Hat tip- Michelle Malkin
Linked to- Outside the Beltway, Samantha Burns, Basil's Blog, Jo's Cafe, TMH's Bacon Bits, Bright & Early, Right Wing Nation, Stuck on Stupid,

A prize-winning novelist goes on trial tomorrow accused of belittling Turkishness in the latest and strangest of a string of cases spotlighting the country's stuttering reform process.

Elif Shafak's The Bastard of Istanbul has been at the top of Turkish bestseller lists since its publication in March, winning critical praise for its portrait of the friendship between two girls, an Armenian-American and a Turk.

But its treatment of the mass murder of Ottoman Armenians in 1915 has attracted the attention of Kemal Kerincsiz, the nationalist lawyer behind last December's trial of Orhan Pamuk, Turkey's best-known author.

In Shafak's case, he has surpassed himself, hauling her to court for comments made by characters in her novel. Sitting in his cramped Istanbul office, Mr Kerincsiz does not take long to find one of the offending passages.
"I am the grandchild of genocide survivors who lost all their relatives at the hands of Turkish butchers in 1915," he reads, quoting Dikran Stamboulian, a minor Armenian character. "There's plenty more where this came from," he says.

The prospect of being tried for the figments of her imagination strikes Shafak as grotesque. She has, though, no doubts about the seriousness of her situation. She could face three years in jail.

"My accusers will do everything they can to keep this case going," she says. "It's going to be long and tedious."

Shafak gave birth to her first child on Saturday and is undecided whether to attend the hearing. "I gave birth by caesarean and the doctors don't even want me to go outside," she says. "But I don't see this trial as against me personally. The writer in me says 'go', the mother 'don't'."

Few have forgotten the scenes during Pamuk's trial, when nationalists smashed the novelist's car windscreen and attacked foreign observers. They believe a similar welcome is planned for Shafak. For weeks, a website belonging to Mr Kerincsiz's nationalist group has called for protests over this "newly chosen princess of capitulationist intellectuals".

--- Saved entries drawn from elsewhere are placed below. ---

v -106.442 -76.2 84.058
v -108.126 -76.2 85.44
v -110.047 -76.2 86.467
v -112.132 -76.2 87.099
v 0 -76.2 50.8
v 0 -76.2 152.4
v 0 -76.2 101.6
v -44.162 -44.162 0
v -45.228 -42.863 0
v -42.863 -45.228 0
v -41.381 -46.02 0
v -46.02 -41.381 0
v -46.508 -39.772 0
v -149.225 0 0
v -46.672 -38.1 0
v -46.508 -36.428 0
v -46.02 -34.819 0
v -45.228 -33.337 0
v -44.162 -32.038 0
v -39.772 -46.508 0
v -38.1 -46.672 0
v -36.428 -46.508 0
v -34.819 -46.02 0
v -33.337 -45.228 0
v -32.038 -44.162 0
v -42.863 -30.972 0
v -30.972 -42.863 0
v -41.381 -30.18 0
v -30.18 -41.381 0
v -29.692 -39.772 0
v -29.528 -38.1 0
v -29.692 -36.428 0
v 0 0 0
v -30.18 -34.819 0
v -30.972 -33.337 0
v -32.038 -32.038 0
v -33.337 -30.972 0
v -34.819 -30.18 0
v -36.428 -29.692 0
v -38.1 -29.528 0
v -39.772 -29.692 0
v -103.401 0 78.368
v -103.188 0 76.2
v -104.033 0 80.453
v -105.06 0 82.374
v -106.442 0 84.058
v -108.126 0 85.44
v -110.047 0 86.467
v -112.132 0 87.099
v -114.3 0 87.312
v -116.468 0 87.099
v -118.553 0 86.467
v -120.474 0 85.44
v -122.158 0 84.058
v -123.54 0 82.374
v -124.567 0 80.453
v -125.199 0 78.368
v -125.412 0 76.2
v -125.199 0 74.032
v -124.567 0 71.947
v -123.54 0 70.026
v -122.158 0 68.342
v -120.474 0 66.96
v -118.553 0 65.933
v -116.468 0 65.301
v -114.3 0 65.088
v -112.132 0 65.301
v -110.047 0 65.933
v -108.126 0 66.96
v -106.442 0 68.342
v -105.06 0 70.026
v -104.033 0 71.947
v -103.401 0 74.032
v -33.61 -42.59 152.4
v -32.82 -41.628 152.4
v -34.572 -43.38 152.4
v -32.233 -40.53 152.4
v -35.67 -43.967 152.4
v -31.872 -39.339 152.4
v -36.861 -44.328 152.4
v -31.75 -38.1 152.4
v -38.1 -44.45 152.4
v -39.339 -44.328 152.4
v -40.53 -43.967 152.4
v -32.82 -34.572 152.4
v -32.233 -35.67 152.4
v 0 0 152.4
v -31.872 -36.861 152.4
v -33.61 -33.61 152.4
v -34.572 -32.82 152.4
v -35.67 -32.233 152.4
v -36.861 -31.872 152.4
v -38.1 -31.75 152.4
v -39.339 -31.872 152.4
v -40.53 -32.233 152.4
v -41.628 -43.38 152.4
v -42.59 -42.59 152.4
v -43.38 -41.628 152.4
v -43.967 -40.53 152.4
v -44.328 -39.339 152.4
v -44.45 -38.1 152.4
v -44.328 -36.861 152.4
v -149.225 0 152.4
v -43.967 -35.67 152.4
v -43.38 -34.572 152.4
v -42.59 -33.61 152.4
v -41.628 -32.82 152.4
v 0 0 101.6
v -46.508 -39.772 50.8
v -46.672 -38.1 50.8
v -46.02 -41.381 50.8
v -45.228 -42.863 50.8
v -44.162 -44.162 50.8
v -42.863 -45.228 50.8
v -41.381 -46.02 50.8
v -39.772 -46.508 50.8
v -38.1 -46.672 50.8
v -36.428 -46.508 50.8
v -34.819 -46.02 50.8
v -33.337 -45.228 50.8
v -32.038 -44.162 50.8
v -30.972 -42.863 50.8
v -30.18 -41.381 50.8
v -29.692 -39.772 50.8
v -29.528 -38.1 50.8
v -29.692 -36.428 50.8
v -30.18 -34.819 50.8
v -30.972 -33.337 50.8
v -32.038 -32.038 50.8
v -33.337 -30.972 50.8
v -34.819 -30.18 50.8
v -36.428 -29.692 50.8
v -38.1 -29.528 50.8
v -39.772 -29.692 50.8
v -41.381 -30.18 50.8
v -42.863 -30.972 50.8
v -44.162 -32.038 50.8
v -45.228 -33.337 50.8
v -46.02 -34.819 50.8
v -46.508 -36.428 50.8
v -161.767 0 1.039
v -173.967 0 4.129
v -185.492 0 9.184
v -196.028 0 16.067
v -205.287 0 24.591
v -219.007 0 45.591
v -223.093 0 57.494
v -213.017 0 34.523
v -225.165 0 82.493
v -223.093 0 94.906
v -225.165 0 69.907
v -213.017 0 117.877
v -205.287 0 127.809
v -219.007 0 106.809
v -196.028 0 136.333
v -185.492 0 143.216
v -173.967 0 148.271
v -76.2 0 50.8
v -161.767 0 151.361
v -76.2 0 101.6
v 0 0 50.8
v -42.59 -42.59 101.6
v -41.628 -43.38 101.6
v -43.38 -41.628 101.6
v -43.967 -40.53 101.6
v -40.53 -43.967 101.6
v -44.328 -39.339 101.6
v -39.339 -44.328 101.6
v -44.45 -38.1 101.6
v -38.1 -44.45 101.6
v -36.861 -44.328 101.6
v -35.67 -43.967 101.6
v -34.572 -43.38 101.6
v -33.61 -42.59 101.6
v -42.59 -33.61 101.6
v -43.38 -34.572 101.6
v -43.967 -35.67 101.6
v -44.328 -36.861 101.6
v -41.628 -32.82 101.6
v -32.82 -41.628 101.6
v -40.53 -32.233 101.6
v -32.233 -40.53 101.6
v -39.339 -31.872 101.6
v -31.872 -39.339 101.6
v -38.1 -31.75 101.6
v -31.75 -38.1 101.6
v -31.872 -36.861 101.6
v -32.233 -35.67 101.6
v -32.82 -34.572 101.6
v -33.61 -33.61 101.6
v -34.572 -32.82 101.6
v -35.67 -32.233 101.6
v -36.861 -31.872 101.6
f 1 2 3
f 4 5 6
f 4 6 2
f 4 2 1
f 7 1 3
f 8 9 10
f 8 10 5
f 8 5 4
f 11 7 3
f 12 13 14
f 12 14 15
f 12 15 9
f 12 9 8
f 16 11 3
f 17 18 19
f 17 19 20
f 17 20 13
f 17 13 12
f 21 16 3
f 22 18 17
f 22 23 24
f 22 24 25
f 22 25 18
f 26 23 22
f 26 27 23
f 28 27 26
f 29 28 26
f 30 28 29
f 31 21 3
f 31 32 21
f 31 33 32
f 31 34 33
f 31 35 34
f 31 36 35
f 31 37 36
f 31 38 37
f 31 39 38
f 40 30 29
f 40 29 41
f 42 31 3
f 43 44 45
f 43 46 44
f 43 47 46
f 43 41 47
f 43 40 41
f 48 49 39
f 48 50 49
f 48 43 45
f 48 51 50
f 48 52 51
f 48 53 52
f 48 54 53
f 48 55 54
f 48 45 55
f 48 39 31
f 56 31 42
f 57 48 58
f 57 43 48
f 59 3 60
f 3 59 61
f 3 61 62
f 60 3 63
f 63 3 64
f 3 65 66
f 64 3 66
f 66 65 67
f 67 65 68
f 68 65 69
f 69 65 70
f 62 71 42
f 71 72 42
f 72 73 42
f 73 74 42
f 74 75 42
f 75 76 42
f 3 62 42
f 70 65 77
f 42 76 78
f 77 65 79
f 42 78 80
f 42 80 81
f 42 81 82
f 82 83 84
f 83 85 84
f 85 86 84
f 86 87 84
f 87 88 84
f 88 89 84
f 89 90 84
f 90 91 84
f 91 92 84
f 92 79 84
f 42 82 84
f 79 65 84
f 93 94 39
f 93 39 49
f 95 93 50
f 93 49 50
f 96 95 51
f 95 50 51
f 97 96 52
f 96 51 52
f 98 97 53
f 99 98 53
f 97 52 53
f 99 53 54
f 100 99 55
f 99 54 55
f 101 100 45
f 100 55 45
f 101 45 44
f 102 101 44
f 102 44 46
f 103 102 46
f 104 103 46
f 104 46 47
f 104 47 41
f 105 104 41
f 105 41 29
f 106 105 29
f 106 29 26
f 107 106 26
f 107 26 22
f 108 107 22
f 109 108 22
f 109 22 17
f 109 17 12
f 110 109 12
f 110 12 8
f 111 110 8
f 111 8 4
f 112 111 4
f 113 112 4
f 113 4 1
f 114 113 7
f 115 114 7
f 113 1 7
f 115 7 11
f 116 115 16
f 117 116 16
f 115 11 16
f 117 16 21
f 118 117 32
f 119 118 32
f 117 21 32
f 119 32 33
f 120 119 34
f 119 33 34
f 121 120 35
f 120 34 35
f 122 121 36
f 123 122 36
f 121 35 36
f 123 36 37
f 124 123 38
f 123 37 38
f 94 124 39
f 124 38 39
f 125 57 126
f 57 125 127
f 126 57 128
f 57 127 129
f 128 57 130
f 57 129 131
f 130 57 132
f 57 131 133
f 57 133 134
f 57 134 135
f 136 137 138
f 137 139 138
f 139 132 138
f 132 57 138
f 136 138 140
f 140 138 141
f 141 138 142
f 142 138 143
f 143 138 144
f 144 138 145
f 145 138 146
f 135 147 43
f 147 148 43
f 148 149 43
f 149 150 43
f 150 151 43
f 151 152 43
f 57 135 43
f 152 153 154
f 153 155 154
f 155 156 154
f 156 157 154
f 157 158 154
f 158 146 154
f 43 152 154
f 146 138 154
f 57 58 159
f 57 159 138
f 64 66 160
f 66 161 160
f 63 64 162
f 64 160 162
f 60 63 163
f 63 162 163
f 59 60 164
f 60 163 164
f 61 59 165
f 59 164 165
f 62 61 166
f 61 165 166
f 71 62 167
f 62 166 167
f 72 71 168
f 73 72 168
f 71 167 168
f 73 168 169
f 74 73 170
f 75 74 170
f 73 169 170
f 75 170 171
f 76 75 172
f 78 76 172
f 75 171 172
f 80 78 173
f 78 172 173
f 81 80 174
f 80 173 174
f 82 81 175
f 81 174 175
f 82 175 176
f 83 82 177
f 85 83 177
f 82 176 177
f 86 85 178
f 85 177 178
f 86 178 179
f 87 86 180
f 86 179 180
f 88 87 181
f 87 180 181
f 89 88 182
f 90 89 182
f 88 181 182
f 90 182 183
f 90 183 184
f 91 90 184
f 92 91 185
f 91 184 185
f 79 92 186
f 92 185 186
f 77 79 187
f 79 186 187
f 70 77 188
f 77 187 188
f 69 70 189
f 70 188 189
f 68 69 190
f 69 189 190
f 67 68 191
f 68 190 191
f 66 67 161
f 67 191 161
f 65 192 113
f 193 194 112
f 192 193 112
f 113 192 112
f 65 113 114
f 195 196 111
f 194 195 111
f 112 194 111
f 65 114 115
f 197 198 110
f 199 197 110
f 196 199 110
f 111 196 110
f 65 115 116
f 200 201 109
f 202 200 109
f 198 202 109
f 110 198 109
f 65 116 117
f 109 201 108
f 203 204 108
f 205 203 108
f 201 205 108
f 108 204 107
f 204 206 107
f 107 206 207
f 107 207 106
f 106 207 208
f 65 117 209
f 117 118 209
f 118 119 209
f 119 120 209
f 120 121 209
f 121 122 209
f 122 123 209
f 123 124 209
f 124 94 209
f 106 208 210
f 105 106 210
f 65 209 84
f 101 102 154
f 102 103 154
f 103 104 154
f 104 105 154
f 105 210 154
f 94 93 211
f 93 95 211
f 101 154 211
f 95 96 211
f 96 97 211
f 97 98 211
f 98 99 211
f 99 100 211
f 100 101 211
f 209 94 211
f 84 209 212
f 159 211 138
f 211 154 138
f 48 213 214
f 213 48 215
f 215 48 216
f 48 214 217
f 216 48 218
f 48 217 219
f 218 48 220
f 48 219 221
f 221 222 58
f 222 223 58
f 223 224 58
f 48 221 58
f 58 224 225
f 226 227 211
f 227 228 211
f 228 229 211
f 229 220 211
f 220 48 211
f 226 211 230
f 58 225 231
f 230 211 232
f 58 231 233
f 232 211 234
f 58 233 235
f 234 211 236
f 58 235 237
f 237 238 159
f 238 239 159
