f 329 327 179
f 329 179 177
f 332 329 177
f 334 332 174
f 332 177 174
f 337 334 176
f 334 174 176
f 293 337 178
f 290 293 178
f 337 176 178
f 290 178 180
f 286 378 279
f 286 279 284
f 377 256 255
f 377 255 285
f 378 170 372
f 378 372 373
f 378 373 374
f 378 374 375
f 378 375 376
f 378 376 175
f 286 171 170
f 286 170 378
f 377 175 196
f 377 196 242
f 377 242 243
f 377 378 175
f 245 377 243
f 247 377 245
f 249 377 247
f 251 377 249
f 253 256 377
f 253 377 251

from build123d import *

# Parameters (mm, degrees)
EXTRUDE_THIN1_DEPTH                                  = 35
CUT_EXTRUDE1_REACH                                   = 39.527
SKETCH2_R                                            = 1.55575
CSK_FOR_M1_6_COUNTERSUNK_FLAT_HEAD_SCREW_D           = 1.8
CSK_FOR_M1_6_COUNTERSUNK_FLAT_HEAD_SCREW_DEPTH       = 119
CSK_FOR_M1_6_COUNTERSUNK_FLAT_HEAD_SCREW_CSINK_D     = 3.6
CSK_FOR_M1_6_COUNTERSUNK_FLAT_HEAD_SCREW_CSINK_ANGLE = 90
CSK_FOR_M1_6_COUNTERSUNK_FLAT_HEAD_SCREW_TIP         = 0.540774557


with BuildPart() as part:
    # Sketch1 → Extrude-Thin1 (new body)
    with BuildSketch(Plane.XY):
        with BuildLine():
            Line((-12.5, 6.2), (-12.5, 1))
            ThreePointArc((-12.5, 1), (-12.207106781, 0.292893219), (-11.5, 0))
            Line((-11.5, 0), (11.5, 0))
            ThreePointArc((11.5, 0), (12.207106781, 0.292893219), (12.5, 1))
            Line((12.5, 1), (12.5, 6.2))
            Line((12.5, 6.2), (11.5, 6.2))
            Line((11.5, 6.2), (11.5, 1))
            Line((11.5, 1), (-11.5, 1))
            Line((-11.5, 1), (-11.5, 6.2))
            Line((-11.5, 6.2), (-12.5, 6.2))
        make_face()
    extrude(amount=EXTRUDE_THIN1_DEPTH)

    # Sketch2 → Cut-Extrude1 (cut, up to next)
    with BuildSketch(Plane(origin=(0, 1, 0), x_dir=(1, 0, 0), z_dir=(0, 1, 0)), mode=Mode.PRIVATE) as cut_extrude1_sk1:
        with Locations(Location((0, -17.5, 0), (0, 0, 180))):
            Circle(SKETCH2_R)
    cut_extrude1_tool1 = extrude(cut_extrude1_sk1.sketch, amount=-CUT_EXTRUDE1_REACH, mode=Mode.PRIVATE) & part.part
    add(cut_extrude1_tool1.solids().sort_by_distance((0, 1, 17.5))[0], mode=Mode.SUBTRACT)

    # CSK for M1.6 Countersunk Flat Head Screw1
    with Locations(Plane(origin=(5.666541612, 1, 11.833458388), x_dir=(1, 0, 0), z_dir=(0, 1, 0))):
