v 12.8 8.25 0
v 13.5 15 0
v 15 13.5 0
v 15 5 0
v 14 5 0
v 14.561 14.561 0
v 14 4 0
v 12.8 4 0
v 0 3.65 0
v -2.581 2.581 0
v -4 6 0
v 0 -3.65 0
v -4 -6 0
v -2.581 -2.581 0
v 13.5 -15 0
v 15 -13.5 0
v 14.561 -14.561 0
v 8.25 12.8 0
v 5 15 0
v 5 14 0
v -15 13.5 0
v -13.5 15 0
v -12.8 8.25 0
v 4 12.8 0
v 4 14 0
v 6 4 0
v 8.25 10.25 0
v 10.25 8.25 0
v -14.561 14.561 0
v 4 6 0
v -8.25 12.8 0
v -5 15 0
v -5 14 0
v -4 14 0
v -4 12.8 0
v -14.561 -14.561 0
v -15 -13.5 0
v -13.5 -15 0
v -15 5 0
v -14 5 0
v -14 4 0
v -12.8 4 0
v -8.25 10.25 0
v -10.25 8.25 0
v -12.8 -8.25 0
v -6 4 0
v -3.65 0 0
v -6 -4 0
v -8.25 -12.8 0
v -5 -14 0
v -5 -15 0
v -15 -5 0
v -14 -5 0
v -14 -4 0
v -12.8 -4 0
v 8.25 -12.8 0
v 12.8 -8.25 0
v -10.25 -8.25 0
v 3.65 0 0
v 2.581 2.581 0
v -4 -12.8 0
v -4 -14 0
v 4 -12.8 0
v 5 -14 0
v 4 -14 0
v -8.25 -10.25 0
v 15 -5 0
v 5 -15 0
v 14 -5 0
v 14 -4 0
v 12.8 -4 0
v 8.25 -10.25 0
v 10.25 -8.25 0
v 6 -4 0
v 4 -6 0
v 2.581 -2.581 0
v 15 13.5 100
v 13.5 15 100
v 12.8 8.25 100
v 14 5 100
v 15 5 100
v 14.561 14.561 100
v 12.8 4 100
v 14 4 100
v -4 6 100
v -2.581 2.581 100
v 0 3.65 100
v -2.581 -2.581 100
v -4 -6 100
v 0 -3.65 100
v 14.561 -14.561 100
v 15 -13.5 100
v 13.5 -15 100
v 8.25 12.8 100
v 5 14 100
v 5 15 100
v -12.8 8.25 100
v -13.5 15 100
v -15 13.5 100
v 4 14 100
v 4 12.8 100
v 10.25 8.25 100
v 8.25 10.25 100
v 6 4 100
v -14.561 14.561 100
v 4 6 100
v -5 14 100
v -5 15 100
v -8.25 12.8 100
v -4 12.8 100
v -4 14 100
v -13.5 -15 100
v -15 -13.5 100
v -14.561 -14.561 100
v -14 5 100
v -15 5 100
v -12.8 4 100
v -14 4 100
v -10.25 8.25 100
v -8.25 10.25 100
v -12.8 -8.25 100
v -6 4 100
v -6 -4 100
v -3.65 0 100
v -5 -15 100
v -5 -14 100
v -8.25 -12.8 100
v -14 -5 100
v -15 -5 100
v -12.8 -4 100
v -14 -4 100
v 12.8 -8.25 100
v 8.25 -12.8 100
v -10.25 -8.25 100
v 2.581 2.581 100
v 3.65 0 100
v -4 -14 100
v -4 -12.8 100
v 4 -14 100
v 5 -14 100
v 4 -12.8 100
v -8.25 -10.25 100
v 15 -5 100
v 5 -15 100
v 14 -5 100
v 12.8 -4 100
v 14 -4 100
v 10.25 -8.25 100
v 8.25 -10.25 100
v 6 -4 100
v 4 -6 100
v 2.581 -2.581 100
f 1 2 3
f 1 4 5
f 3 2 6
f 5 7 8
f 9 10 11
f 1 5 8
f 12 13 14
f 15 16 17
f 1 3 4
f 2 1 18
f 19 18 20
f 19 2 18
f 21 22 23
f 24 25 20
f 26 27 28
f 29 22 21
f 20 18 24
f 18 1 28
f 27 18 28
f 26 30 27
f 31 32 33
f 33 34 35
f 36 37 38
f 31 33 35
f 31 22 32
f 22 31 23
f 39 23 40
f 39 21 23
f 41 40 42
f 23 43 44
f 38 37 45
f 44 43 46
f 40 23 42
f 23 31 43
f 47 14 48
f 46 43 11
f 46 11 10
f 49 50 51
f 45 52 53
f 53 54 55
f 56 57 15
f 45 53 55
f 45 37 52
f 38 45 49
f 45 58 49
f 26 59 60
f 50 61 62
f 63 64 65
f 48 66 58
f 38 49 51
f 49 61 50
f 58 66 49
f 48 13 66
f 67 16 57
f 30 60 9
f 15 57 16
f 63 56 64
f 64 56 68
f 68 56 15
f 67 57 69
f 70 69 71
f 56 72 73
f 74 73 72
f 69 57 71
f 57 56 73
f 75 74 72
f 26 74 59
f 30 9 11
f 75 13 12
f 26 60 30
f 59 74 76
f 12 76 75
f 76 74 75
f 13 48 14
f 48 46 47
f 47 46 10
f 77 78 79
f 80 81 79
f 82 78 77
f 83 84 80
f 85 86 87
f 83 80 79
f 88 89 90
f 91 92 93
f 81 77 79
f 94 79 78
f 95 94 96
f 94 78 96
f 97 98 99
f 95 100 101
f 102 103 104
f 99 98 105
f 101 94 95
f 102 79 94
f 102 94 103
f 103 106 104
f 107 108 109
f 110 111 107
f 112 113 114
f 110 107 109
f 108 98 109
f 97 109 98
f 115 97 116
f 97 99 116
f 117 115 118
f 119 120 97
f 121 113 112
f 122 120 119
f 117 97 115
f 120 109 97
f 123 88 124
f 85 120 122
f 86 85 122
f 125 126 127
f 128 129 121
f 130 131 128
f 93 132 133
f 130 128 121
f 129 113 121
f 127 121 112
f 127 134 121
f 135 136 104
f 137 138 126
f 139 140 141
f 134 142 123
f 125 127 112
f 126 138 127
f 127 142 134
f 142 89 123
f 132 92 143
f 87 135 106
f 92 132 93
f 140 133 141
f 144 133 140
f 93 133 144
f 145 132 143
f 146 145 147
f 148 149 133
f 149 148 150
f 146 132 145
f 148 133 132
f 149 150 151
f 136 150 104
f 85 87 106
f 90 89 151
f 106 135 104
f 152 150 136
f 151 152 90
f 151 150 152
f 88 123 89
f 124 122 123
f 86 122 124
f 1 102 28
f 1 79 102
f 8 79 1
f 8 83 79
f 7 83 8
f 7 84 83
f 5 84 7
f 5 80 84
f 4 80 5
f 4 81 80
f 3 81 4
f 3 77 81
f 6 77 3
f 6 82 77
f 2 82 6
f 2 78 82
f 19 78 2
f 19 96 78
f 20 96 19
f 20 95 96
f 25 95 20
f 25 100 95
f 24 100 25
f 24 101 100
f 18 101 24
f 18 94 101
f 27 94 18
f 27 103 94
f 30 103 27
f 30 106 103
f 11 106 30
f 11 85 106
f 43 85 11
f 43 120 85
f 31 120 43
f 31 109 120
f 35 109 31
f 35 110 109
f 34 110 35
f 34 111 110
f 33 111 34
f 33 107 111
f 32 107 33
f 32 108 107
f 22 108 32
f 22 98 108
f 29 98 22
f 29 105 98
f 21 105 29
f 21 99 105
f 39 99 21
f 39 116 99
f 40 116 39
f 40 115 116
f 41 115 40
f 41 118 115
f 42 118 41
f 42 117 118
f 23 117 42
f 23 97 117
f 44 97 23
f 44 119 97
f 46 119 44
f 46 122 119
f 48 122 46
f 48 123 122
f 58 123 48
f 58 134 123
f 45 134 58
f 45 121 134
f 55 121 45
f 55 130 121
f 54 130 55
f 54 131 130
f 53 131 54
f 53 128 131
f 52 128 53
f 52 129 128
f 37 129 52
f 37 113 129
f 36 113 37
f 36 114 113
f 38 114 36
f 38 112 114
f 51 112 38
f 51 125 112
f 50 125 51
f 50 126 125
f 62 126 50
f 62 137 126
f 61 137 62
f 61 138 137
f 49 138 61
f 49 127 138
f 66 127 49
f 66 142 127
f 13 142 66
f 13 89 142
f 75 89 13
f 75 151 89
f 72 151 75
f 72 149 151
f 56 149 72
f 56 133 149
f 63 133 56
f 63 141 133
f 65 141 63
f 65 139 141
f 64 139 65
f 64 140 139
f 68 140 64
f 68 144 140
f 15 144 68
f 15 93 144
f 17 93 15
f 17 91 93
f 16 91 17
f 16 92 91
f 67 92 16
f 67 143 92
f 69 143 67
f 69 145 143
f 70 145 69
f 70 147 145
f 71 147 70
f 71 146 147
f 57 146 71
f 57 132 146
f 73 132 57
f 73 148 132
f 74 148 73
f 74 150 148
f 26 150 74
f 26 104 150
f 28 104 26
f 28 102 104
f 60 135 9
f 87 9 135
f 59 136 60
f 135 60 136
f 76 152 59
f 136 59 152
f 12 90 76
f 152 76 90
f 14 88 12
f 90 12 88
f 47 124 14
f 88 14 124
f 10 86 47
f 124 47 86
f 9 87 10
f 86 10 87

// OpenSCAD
// Aleksandr Saechnikov 09 june 2015

extrusion_profile(height=100, size=30);

module extrusion_profile(size=30, height=10, radius=1.5, step=1) {

	linear_extrude(height=height) {
		union() {
			sub_extrusion_profile(size, radius, step);
			rotate([0,0,90])  sub_extrusion_profile(size, radius, step);
			rotate([0,0,180]) sub_extrusion_profile(size, radius, step);
			rotate([0,0,270]) sub_extrusion_profile(size, radius, step);
		}
	}
}

module sub_extrusion_profile(size=30, radius = 1.5, step=0.5) {

	reSize = size/30; // Scalling

	k0 = 0;
	k2 = 3.65*reSize;
	k1 = k2*cos(45);

	k3 = 4*reSize;
	k4 = 6*reSize;
	k5 = 8.25*reSize; k5_2 = k5 + k4 - k3;
	k6 = 12.8*reSize;
	k7 = 15*reSize;

	_radius = radius;// OR  *reSize -- Corner radius
	_step = step;    // OR  *reSize -- Step size

	polygon(points=[
		[k1,k1],[0,k2], // Center hole
		[0,k4],[k3,k4],[k5,k5_2],[k5,k6],[k3,k6],
		[k3,k7-_step],[k3+_step,k7-_step],[k3+_step,k7], //Step
		[k7-_radius,k7],[k7-_radius*(1.-cos(45)),k7-_radius*(1.-cos(45))],[k7,k7-_radius],// Corner
		[k7,k3+_step],[k7-_step,k3+_step],[k7-_step,k3], // Step
		[k6,k3],[k6,k5],[k5_2,k5],[k4,k3],[k4,0],
		[k2,0]  // Center hole
	]);
}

"I oppose all violence," Mr Kerincsiz says, "but if you call somebody's grandfather a butcher, there is no telling what reactions will be."

Newspaper editor Ismet Berkan, another victim of the lawyer's attentions, said violence could ensue. "Let's hope the police are prepared."

Shafak's supporters called today on the Istanbul prosecutor to start an investigation into Mr Kerincsiz for incitation to violence.

If the language of mutual recrimination is so violent, it is in part because the trial is symbolic of a deep rift over Turkey's soul.

For nationalists such as Mr Kerincsiz, the clash of civilisations is real, and Turkey, a Muslim country, belongs with the east. What the European Union is trying to do, he claims, is "strip away our Muslim and Turkish identity". Those such as Shafak who support a more open Turkey, he adds, are "world citizens, half-Turks".

Meant as a reference to Shafak's European childhood and long-term residence in the United States, Mr Kerincsiz's insult is apposite.

"My ideal is cosmopolitanism, refusing to belong to either side in this polarised world," Shafak says. "Too many people see the world in black and white, us and them. That's wrong. Ambiguity, synthesis: these are the things that compose Turkish society, and that is not something to be ashamed of."

It remains to be seen which side will win the Turkish version of this worldwide debate.

Mr Kerincsiz's claim to represent the voice of the people is not being taken seriously - even the country's ultra-nationalist political party has been put off by the violent antics of his supporters. But nationalism is on the increase in Turkey, bolstered in part by the sense that Brussels is playing with the country over accession.